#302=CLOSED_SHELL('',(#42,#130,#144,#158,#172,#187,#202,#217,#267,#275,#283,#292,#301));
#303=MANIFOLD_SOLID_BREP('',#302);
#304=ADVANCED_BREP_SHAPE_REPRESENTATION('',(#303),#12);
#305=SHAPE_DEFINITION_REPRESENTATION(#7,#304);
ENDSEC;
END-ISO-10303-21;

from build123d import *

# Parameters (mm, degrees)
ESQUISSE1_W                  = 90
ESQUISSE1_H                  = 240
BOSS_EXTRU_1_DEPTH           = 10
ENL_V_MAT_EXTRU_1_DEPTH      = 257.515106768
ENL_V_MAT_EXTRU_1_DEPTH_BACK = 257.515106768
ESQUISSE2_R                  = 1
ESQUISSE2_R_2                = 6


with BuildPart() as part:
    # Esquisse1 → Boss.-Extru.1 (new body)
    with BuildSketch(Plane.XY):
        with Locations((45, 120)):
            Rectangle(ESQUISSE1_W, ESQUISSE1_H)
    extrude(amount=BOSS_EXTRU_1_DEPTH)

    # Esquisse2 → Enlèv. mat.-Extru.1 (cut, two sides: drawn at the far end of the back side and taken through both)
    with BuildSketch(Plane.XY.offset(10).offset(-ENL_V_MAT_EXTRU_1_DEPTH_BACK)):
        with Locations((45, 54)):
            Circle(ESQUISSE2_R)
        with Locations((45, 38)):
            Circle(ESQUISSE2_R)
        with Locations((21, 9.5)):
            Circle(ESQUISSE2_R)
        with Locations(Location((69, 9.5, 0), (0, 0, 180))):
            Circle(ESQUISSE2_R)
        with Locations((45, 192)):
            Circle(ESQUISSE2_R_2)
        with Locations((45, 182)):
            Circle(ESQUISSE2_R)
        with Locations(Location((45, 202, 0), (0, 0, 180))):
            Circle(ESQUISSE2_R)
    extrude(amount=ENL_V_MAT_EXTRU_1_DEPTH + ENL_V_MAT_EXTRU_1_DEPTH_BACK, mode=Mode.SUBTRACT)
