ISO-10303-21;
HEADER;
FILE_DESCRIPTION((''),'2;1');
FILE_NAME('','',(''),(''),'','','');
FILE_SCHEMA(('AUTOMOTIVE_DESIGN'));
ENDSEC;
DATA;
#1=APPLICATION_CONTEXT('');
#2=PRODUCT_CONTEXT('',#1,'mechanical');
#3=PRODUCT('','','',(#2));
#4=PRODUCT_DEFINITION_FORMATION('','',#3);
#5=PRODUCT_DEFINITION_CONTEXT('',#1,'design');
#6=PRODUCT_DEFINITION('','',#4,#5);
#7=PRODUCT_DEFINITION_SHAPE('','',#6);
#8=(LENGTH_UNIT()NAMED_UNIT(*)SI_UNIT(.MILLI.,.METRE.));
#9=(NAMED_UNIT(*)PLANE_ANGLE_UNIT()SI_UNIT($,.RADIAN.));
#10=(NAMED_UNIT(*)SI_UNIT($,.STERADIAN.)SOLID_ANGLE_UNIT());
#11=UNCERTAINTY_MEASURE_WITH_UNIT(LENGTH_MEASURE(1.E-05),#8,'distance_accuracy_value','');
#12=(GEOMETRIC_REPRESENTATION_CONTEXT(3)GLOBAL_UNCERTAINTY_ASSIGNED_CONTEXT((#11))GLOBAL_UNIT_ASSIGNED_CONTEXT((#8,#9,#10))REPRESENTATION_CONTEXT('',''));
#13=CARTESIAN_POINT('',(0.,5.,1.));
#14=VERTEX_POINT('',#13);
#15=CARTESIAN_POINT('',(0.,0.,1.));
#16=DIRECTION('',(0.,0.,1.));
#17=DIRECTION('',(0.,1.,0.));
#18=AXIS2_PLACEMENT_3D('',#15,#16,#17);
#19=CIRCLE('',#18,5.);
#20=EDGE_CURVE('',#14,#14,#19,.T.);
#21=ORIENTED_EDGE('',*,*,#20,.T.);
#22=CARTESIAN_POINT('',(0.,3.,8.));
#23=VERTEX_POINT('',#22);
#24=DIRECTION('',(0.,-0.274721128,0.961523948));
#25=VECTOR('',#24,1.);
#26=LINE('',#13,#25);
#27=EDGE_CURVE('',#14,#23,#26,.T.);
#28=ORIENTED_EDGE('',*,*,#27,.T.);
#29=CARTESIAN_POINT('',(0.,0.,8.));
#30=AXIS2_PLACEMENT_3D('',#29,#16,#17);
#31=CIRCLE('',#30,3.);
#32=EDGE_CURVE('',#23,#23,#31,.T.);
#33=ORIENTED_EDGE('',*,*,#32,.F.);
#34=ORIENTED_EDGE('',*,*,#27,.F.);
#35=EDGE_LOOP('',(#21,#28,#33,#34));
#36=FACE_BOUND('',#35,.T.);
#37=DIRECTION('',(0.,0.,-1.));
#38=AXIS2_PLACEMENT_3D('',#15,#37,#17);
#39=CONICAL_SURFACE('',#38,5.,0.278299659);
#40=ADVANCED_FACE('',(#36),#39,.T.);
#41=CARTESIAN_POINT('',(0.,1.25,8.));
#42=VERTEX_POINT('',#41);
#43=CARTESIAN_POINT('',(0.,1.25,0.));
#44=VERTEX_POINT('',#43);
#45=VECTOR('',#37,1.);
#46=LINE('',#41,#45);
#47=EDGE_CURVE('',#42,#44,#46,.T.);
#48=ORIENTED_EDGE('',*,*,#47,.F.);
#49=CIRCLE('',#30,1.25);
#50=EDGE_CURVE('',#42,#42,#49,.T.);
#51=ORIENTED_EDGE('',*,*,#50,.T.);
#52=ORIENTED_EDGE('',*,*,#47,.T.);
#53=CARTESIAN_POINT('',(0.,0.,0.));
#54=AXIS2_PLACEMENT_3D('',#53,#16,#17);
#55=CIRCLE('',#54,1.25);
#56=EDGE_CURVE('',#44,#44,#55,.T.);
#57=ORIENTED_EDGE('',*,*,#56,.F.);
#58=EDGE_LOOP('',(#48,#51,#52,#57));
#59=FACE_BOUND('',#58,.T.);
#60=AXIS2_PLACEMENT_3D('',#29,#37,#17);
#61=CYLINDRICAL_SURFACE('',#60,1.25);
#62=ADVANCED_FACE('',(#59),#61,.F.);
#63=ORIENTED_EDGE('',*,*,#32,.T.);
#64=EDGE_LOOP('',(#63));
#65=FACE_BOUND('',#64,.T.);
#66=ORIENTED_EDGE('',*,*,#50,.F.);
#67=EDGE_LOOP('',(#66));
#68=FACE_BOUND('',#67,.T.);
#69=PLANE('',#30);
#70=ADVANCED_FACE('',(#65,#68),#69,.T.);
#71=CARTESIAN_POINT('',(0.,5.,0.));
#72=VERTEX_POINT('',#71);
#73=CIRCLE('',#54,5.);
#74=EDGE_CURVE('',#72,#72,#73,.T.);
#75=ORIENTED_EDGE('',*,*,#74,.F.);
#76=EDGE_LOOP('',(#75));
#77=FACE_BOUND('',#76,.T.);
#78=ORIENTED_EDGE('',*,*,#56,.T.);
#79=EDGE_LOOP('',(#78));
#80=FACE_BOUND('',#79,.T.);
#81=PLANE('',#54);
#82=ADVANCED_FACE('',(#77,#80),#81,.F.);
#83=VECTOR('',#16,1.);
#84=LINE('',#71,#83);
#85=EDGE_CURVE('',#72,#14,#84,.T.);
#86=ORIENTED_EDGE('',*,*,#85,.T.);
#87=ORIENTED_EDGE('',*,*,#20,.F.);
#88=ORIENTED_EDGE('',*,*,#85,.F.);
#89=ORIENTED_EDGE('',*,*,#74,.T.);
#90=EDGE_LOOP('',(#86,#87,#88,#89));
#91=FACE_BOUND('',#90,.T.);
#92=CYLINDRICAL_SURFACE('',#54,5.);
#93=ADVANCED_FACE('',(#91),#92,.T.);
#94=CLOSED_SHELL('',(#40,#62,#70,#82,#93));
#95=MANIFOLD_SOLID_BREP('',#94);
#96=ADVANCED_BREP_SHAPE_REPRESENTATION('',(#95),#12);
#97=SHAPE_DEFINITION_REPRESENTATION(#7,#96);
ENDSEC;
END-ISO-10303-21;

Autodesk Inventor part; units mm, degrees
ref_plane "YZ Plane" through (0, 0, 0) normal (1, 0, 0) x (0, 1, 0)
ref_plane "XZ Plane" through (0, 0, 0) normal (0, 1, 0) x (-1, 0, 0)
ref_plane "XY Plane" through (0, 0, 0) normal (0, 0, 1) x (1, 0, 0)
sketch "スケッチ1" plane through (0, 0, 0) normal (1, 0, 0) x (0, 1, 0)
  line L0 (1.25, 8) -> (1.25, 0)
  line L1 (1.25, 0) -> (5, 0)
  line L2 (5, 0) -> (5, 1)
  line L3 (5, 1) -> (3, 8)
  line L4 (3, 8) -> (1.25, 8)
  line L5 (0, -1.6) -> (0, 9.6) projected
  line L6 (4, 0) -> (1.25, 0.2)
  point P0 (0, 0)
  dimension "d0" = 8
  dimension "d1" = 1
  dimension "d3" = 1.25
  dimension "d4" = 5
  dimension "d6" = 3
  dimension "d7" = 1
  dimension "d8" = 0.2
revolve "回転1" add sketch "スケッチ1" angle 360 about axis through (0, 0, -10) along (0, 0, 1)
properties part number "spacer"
--
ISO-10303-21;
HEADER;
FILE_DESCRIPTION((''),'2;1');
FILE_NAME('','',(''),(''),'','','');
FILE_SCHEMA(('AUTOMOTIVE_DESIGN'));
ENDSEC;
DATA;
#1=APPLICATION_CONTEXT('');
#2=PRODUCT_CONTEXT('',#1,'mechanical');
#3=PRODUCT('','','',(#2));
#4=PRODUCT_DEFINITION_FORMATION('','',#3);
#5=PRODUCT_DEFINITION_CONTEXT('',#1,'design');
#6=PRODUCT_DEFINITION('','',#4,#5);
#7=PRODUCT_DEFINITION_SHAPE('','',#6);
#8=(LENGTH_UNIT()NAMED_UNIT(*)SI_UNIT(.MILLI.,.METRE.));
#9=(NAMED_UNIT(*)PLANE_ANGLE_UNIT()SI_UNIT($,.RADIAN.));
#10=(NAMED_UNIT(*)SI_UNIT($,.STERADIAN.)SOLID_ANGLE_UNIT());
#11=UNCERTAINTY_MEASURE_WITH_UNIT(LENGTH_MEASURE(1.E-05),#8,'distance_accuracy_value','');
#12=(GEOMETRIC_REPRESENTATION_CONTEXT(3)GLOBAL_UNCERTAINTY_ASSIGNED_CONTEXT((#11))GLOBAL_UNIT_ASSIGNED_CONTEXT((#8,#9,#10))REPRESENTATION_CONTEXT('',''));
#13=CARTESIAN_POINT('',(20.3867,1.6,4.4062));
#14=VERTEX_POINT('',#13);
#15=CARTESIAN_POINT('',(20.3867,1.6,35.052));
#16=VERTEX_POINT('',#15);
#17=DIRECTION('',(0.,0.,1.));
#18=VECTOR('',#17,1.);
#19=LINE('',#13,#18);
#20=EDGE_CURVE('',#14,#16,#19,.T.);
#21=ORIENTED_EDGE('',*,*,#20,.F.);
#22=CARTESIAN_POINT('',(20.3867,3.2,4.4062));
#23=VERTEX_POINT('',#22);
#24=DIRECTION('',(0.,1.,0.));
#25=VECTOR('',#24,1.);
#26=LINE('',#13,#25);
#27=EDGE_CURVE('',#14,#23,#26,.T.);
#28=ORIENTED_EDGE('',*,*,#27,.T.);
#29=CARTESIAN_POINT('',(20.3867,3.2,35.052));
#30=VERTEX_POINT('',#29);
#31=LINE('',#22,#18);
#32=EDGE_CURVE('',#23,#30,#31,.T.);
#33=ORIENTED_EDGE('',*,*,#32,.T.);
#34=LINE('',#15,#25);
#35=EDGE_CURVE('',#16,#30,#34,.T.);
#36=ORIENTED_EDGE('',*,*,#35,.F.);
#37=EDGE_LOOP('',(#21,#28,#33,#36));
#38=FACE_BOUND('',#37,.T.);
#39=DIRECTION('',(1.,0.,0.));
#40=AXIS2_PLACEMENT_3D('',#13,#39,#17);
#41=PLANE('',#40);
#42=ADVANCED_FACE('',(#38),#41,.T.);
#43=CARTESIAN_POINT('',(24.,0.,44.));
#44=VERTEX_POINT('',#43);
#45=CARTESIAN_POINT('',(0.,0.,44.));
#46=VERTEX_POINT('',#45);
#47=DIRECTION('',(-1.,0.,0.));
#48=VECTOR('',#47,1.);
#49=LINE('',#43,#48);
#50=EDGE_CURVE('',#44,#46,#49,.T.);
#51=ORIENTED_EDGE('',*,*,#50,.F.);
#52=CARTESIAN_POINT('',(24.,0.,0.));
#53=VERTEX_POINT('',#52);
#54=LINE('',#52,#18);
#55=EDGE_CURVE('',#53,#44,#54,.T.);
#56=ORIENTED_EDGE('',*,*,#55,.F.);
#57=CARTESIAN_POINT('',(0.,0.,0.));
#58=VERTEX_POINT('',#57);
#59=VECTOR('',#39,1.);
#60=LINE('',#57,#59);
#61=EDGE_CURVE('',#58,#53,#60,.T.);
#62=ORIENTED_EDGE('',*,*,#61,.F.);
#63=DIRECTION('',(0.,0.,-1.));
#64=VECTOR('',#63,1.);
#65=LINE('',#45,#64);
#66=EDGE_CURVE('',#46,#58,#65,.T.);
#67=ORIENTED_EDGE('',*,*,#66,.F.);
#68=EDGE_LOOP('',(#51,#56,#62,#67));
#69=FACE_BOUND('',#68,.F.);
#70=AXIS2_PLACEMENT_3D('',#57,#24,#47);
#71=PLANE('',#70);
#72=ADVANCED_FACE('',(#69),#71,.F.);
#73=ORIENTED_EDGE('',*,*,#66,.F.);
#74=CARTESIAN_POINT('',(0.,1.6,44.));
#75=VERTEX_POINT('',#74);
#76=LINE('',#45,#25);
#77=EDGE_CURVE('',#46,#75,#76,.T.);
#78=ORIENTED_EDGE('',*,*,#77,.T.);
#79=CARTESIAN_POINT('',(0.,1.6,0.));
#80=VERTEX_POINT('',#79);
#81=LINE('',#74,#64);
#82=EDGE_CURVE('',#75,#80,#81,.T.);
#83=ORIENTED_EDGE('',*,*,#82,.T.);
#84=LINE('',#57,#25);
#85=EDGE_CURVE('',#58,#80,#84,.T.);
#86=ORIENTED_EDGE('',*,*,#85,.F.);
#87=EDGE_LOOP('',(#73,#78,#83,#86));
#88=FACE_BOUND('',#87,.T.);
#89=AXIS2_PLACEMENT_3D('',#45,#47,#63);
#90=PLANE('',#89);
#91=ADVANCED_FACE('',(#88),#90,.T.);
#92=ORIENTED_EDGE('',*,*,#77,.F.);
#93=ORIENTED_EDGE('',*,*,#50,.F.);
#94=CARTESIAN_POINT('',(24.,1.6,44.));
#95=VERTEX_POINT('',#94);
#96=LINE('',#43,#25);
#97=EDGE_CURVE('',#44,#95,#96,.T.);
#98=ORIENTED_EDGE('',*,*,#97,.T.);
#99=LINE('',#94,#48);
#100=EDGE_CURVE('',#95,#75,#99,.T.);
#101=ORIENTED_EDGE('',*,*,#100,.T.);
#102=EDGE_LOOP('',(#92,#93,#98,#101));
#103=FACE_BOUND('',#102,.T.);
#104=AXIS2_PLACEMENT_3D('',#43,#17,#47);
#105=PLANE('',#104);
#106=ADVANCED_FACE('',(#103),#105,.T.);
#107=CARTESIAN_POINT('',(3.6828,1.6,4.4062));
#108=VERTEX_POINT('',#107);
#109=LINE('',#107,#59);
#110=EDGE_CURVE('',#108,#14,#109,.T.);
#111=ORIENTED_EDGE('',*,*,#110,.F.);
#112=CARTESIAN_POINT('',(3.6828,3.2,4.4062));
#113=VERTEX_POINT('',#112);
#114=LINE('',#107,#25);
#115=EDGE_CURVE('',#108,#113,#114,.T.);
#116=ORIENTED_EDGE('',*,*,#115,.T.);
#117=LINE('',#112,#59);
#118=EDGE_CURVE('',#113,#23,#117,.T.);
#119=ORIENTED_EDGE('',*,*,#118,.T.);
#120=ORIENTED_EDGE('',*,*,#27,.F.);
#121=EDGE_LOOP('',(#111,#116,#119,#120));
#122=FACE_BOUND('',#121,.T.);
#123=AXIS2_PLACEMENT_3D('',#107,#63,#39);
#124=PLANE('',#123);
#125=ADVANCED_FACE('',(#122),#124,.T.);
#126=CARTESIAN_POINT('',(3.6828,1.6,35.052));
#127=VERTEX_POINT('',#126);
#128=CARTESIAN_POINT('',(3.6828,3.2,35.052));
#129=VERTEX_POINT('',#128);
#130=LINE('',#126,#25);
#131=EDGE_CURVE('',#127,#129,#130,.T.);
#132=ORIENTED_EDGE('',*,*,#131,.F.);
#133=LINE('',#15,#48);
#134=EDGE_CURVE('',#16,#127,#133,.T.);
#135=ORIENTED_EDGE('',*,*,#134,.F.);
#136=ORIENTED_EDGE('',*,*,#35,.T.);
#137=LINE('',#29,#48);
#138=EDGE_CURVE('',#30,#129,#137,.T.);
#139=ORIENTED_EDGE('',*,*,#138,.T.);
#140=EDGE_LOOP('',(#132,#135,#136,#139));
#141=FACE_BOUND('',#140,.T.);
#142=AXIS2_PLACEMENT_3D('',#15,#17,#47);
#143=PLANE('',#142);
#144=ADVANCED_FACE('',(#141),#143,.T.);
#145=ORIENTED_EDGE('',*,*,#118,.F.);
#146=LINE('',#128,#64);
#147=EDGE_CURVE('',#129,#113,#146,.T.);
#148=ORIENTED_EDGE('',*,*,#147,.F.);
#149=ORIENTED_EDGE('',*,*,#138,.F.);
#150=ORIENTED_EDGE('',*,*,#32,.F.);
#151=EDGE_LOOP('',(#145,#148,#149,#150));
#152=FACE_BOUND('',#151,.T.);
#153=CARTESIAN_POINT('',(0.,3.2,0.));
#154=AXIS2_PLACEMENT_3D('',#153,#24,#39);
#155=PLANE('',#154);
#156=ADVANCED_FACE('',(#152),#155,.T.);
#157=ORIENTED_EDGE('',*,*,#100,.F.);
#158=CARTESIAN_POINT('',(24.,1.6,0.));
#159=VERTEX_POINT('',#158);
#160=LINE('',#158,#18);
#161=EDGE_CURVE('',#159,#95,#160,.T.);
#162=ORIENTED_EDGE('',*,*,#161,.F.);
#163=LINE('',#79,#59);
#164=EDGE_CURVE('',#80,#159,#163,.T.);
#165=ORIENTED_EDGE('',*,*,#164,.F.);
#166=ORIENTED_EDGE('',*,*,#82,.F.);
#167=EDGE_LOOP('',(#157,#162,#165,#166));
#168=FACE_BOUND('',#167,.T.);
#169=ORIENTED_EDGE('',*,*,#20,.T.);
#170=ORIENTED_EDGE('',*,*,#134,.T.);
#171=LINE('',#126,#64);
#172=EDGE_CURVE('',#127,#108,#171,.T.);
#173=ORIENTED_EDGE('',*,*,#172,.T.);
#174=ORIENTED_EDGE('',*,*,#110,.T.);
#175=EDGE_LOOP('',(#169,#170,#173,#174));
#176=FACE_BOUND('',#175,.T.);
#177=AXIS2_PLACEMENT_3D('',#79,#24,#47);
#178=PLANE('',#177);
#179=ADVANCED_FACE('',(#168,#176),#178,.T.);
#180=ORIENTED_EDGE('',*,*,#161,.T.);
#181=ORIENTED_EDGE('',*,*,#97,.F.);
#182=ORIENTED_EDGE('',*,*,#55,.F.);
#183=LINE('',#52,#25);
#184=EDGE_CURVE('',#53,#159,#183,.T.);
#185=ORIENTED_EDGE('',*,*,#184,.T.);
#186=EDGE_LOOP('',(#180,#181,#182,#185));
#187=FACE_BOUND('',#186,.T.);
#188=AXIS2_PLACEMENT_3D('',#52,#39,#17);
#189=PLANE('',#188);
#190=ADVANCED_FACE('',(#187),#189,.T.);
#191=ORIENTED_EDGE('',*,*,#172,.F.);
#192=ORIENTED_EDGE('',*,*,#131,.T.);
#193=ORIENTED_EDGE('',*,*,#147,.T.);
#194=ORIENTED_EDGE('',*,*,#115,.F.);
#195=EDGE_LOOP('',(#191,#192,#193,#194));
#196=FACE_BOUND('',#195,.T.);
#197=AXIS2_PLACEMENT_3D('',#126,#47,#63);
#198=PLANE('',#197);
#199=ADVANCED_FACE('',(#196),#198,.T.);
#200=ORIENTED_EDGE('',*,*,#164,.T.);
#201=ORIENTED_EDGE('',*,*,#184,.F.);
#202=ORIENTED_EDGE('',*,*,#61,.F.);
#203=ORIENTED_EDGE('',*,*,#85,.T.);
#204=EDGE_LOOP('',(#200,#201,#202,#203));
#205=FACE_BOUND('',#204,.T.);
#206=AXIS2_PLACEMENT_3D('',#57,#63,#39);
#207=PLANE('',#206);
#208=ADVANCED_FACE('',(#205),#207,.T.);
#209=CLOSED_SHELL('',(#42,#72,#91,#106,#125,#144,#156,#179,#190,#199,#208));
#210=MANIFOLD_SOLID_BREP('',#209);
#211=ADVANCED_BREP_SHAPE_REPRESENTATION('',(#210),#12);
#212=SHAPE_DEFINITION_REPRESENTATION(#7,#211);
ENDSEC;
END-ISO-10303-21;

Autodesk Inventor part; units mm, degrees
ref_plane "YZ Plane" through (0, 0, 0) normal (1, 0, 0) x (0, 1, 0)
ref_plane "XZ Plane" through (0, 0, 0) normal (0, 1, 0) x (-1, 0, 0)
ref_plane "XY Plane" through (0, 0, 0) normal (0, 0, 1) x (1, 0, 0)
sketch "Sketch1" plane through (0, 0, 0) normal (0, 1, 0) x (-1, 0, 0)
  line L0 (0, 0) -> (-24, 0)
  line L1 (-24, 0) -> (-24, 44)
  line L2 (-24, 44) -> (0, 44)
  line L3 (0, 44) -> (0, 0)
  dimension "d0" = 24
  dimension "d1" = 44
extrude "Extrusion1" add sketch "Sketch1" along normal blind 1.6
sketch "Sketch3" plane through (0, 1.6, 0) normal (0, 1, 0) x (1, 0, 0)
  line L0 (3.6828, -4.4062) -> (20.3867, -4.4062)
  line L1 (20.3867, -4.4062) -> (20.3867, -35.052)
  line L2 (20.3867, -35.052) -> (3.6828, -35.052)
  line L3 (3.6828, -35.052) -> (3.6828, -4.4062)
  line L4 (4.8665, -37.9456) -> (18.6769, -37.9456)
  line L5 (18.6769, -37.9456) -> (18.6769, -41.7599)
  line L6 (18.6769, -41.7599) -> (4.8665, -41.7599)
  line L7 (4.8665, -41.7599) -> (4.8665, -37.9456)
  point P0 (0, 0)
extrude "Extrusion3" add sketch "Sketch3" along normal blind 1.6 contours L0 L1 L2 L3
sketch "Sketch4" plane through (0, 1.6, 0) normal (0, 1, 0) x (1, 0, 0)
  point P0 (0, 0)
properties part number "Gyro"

**WORK TASK:**
In the listing above, find the line containing "Circle(ESQUISSE2_R_2)" and the line containing "#29=CARTESIAN_POINT('',(0.,0.,8.));". Output them and every line between, exactly, and nothing else.

**TASK ANSWER:**
            Circle(ESQUISSE2_R_2)
        with Locations((45, 182)):
            Circle(ESQUISSE2_R)
        with Locations(Location((45, 202, 0), (0, 0, 180))):
            Circle(ESQUISSE2_R)
    extrude(amount=ENL_V_MAT_EXTRU_1_DEPTH + ENL_V_MAT_EXTRU_1_DEPTH_BACK, mode=Mode.SUBTRACT)
ISO-10303-21;
HEADER;
FILE_DESCRIPTION((''),'2;1');
FILE_NAME('','',(''),(''),'','','');
FILE_SCHEMA(('AUTOMOTIVE_DESIGN'));
ENDSEC;
DATA;
#1=APPLICATION_CONTEXT('');
#2=PRODUCT_CONTEXT('',#1,'mechanical');
#3=PRODUCT('','','',(#2));
#4=PRODUCT_DEFINITION_FORMATION('','',#3);
#5=PRODUCT_DEFINITION_CONTEXT('',#1,'design');
#6=PRODUCT_DEFINITION('','',#4,#5);
#7=PRODUCT_DEFINITION_SHAPE('','',#6);
#8=(LENGTH_UNIT()NAMED_UNIT(*)SI_UNIT(.MILLI.,.METRE.));
#9=(NAMED_UNIT(*)PLANE_ANGLE_UNIT()SI_UNIT($,.RADIAN.));
#10=(NAMED_UNIT(*)SI_UNIT($,.STERADIAN.)SOLID_ANGLE_UNIT());
#11=UNCERTAINTY_MEASURE_WITH_UNIT(LENGTH_MEASURE(1.E-05),#8,'distance_accuracy_value','');
#12=(GEOMETRIC_REPRESENTATION_CONTEXT(3)GLOBAL_UNCERTAINTY_ASSIGNED_CONTEXT((#11))GLOBAL_UNIT_ASSIGNED_CONTEXT((#8,#9,#10))REPRESENTATION_CONTEXT('',''));
#13=CARTESIAN_POINT('',(0.,5.,1.));
#14=VERTEX_POINT('',#13);
#15=CARTESIAN_POINT('',(0.,0.,1.));
#16=DIRECTION('',(0.,0.,1.));
#17=DIRECTION('',(0.,1.,0.));
#18=AXIS2_PLACEMENT_3D('',#15,#16,#17);
#19=CIRCLE('',#18,5.);
#20=EDGE_CURVE('',#14,#14,#19,.T.);
#21=ORIENTED_EDGE('',*,*,#20,.T.);
#22=CARTESIAN_POINT('',(0.,3.,8.));
#23=VERTEX_POINT('',#22);
#24=DIRECTION('',(0.,-0.274721128,0.961523948));
#25=VECTOR('',#24,1.);
#26=LINE('',#13,#25);
#27=EDGE_CURVE('',#14,#23,#26,.T.);
#28=ORIENTED_EDGE('',*,*,#27,.T.);
#29=CARTESIAN_POINT('',(0.,0.,8.));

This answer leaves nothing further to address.